Apesar de ser um leitor viciado sempre acreditei que o que se acaba de ler deve ser primeiro maturado para se poder dar início a uma nova leitura; nunca concordei com leituras encadeadas sem assimilação, ou seja, nunca concordei que se entrasse em uma nova leitura antes de se ter refletido e entendido o que acabou de ler. E um dia eu estava lendo uma obra do filósofo alemão Schopenhauer, Sobre livros e leituras, quando descobri que eu não era o único a pensar assim; o filósofo concordava comigo. Dentre outras coisas, ele dizia:
“...aquele que lê muito e quase o dia inteiro, e que nos intervalos se entretém com passatempos triviais, perde, paulatinamente, a capacidade de pensar por conta própria, como quem sempre anda a cavalo acaba esquecendo como se anda a pé. Este, no entanto, é o caso de muitos eruditos: leram até ficar estúpidos. Porque a leitura contínua, retomada a todo instante, paralisa o espírito ainda mais que um trabalho manual contínuo, já que neste ainda é possível estar absorto nos próprios pensamentos. (...) Assim, não se chega à uma ruminação: e só com ela é que nos apropriamos do que lemos (...). Se lemos continuamente sem pensar depois no que foi lido, a coisa não se enraíza e a maioria se perde.”¹
Entendendo o que foi dito pelo alemão, ele não afirma que não devemos ler, que a leitura é nociva, mas que será inútil, e até mesmo prejudicial, se o leitor não parar para pensar o que leu antes de partir para um novo livro, se simplesmente acatar tudo o que acaba de ler, sem refletir ou contestar. Isso não seria justo com o autor, nem com o próprio leitor que não se permite a chance de compreender e elaborar idéias sobre sua vida e a sociedade a sua volta.
Atualmente tenho percebido pessoas lendo um livro atrás do outro, acabando uma leitura pela manhã e iniciando outra à tarde sem, sequer, ter assimilado a anterior. Isso faz com que ao final de dezenas de leituras nenhuma tenha se arraigado no leitor. O que não quer dizer que não se possa terminar de ler um livro hoje e hoje mesmo iniciar uma nova leitura, pode sim: se o leitor já refletiu e compreendeu o que leu.
Concordo que existem livros mais “cerebrais” do que outros, mas todo bom livro tem algo a dizer; e se o leitor gosta de escritores do calibre de Clarice Lispector, Hermann Hesse, Machado de Assis, Fernando Pessoa, Dostoiévski e outros, deve saber que a profundidade desses autores exige ruminação. Autores como estes não podem ser lidos e logo substituídos pelo seguinte.

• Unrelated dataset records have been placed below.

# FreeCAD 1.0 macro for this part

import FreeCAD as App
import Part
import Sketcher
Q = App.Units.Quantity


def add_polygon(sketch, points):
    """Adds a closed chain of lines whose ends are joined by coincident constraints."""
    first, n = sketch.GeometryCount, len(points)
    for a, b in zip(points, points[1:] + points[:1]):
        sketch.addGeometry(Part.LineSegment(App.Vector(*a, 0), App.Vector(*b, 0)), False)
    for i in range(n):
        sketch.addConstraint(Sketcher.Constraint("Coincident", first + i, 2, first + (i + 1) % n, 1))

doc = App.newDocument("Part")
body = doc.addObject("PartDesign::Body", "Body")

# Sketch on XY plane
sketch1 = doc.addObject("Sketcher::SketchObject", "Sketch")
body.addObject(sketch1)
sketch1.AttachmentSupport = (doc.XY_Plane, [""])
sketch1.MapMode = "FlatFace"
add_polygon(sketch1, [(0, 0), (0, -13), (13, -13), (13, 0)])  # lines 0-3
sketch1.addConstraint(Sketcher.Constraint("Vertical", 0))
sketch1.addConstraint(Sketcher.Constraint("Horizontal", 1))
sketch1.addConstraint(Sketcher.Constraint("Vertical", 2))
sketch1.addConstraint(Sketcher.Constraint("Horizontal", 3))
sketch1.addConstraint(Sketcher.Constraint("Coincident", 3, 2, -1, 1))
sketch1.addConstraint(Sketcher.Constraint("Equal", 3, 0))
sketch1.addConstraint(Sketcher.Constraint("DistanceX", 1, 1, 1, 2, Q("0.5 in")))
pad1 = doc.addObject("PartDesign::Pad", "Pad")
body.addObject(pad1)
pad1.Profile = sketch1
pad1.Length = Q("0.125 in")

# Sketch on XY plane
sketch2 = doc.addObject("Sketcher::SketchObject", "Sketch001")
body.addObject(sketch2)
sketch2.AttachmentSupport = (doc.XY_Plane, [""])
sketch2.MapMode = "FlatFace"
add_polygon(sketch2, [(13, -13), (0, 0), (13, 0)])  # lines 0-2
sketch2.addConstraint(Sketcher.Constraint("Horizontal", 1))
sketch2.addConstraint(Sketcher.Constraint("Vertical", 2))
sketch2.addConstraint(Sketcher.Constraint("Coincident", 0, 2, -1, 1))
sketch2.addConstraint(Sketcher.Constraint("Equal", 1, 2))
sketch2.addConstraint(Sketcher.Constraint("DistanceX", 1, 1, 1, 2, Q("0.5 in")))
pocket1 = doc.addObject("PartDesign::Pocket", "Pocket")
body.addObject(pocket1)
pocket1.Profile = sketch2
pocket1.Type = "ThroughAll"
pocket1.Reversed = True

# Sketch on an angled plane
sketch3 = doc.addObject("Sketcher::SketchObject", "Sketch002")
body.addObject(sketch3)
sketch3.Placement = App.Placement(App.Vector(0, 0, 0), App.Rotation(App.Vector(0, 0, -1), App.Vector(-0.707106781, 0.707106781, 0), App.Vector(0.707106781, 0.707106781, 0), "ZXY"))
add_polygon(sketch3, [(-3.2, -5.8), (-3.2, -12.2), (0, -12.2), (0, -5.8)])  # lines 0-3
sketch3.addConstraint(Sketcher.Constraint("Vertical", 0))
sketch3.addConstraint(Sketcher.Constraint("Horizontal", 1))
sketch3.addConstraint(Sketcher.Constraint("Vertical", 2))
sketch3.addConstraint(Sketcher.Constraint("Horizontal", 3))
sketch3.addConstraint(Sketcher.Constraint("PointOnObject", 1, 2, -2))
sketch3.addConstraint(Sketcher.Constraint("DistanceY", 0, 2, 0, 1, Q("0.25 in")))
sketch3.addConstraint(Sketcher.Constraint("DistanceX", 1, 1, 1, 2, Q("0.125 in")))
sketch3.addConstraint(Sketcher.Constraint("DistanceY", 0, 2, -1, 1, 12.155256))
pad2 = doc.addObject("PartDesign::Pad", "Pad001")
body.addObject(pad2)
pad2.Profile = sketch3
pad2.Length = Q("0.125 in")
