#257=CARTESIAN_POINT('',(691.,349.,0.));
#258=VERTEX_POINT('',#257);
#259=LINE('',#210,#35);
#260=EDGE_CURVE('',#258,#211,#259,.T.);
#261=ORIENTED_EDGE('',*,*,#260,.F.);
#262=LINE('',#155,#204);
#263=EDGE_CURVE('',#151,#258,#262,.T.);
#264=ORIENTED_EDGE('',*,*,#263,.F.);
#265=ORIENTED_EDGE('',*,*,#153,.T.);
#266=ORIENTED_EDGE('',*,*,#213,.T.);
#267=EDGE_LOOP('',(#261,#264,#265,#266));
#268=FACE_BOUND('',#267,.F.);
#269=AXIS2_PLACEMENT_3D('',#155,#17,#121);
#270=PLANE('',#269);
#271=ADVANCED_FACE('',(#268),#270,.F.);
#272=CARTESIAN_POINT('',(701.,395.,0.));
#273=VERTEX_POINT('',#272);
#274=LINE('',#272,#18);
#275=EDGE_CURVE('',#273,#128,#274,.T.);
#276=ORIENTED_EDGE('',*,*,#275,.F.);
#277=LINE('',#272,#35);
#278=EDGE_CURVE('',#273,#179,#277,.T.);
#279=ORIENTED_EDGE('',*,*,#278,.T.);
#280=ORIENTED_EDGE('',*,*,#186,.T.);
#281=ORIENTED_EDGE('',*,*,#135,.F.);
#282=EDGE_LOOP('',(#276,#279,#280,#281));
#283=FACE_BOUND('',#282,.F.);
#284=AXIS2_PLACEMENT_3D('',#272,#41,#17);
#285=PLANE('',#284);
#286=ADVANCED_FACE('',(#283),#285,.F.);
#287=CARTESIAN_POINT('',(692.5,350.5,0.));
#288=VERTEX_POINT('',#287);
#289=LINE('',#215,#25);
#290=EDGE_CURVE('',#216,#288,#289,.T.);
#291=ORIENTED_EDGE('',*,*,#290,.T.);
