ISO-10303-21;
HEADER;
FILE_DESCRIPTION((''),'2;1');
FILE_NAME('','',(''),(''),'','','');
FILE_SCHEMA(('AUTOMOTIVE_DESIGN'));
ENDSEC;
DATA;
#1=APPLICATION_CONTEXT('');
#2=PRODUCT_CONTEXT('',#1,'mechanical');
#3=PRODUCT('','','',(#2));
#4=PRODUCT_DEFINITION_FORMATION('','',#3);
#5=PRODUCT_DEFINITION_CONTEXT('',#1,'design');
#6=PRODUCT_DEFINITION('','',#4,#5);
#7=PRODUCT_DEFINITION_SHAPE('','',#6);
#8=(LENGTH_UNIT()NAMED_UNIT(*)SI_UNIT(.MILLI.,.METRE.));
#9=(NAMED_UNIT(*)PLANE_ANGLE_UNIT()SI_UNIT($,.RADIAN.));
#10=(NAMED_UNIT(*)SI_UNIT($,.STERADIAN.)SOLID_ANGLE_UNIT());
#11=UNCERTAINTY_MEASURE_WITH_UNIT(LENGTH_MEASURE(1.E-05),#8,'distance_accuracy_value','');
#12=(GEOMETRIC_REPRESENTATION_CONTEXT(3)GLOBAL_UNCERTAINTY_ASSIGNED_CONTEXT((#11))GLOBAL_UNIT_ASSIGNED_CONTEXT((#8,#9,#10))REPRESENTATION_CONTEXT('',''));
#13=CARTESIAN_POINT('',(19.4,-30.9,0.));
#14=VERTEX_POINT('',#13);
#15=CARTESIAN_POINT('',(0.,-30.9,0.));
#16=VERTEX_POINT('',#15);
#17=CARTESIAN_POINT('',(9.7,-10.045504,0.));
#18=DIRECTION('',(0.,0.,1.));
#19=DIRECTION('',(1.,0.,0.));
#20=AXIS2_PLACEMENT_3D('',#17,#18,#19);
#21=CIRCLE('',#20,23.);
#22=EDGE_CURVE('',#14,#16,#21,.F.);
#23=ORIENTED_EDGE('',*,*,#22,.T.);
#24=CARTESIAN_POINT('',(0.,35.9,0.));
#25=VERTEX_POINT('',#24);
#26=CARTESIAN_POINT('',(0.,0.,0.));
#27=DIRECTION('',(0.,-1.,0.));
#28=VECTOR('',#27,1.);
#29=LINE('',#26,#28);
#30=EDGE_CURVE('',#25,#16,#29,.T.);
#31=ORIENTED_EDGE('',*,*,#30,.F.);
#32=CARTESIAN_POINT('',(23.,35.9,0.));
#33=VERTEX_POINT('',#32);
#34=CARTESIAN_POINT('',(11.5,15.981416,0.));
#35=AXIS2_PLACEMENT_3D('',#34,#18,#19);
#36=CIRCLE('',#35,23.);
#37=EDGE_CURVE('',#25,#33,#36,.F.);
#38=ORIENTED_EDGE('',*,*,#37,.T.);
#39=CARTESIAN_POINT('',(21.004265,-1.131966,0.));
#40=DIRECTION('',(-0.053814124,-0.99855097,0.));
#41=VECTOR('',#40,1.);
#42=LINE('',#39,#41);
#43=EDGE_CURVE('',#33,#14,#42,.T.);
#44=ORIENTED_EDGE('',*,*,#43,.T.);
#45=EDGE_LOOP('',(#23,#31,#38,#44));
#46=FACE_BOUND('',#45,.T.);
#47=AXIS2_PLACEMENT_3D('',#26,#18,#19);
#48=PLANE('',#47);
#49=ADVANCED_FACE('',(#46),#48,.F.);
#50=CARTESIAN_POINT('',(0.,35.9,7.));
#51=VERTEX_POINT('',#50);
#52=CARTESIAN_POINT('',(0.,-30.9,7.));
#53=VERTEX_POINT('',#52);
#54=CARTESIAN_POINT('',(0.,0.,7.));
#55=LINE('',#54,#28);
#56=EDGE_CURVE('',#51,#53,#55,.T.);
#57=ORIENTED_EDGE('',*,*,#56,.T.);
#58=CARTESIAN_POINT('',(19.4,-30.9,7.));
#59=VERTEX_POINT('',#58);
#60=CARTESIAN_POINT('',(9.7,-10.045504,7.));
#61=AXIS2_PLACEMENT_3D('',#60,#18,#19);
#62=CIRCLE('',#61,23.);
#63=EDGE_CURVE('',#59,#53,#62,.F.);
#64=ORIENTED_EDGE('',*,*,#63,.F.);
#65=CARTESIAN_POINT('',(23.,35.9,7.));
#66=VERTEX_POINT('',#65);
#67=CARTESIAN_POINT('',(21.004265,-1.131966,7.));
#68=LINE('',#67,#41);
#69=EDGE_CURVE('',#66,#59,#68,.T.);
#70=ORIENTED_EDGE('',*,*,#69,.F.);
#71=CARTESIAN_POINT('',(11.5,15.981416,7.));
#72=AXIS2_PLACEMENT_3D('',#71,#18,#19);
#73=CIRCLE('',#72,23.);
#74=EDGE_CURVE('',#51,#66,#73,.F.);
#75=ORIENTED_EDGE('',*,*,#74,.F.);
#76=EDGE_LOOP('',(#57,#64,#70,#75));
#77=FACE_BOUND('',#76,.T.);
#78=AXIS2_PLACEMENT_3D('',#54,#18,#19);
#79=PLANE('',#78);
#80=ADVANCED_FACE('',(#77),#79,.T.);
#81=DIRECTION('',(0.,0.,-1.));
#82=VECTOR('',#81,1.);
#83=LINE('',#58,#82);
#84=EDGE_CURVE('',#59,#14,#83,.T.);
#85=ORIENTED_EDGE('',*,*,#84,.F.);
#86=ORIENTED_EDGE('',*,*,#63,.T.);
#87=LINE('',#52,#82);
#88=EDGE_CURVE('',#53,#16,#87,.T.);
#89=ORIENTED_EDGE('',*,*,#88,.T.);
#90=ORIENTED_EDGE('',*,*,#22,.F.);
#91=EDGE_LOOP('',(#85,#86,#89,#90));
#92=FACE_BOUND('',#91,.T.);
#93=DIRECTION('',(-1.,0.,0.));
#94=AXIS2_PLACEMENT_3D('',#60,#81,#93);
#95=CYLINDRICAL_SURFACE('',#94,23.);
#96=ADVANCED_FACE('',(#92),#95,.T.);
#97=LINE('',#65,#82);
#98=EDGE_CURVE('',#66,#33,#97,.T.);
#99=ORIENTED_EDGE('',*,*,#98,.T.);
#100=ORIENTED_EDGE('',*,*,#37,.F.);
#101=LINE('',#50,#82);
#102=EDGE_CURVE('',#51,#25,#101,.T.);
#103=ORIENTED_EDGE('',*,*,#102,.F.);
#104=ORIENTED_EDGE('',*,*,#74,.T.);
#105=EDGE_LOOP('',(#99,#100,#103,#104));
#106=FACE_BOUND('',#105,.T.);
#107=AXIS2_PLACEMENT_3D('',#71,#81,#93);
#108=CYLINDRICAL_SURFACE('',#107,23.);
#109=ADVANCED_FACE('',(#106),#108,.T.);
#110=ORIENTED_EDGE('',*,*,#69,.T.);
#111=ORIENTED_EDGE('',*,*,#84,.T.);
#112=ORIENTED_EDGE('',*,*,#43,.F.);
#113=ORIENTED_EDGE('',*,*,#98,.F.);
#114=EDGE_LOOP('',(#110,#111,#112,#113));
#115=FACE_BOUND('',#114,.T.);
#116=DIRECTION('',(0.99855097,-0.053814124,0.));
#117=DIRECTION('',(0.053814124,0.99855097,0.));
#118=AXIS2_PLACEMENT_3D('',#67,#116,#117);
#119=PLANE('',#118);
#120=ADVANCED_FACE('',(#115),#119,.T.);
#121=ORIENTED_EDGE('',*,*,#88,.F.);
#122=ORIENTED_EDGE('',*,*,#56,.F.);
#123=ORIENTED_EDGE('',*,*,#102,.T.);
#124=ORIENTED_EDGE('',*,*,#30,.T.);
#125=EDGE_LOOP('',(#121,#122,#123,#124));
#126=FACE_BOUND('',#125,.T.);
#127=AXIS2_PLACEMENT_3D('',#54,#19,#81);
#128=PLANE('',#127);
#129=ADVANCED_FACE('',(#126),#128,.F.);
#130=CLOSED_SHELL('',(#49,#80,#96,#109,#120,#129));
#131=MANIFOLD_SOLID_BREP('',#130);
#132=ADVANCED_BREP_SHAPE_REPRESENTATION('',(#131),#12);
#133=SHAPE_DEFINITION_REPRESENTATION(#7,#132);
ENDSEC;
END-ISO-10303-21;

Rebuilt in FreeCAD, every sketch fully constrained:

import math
import FreeCAD as App
import Part
import Sketcher

doc = App.newDocument("Part")
body = doc.addObject("PartDesign::Body", "Body")

sketch1 = body.newObject("Sketcher::SketchObject", "Sketch")
sketch1.AttachmentSupport = (doc.getObject("XY_Plane"), [""])
sketch1.MapMode = "FlatFace"
sketch1.addGeometry([
    Part.ArcOfCircle(Part.Circle(App.Vector(11.5, 15.981416, 0), App.Vector(0, 0, 1), 23), math.radians(60), math.radians(120)),
    Part.LineSegment(App.Vector(0, 35.9, 0), App.Vector(0, -30.9, 0)),
    Part.ArcOfCircle(Part.Circle(App.Vector(9.7, -10.045504, 0), App.Vector(0, 0, 1), 23), math.radians(-114.944435), math.radians(-65.055565)),
    Part.LineSegment(App.Vector(19.4, -30.9, 0), App.Vector(23, 35.9, 0)),
], False)
sketch1.addConstraint([
    Sketcher.Constraint("Coincident", 0, 2, 1, 1),
    Sketcher.Constraint("Coincident", 1, 2, 2, 1),
    Sketcher.Constraint("Coincident", 2, 2, 3, 1),
    Sketcher.Constraint("Coincident", 3, 2, 0, 1),
    Sketcher.Constraint("Vertical", 1),
    Sketcher.Constraint("Equal", 0, 2),
    Sketcher.Constraint("PointOnObject", 0, 2, -2),
    Sketcher.Constraint("Horizontal", 1, 2, 2, 2),
    Sketcher.Constraint("Horizontal", 0, 2, 3, 2),
    Sketcher.Constraint("Radius", 0, 23.0),
    Sketcher.Constraint("DistanceY", 1, 2, 1, 1, 66.8),
    Sketcher.Constraint("DistanceX", -1, 1, 3, 2, 23.0),
    Sketcher.Constraint("DistanceX", -1, 1, 2, 3, 9.7),
    Sketcher.Constraint("DistanceY", -1, 1, 0, 2, 35.9),
])
pad1 = body.newObject("PartDesign::Pad", "Pad")
pad1.Profile = sketch1
pad1.Length = 7

doc.recompute()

De que valeria toda a sua filosofia, todo o seu estudo humano e social se seus leitores os lêem como um entretenimento qualquer?
Então, considero importante que todo leitor procure deixar que suas leituras ganhem vida nos seus pensamentos; isso não fará com que ele leia poucos livros ― eu mesmo leio vários por mês ―, mas lhe transformará num leitor proficiente, sensato e dono de uma erudição importante para a sua relação com o mundo.
Boas leituras!
¹SCHOPENHAUER, Arthur. Sobre Livros e Leitura. Porto Alegre: Paraula, 1993.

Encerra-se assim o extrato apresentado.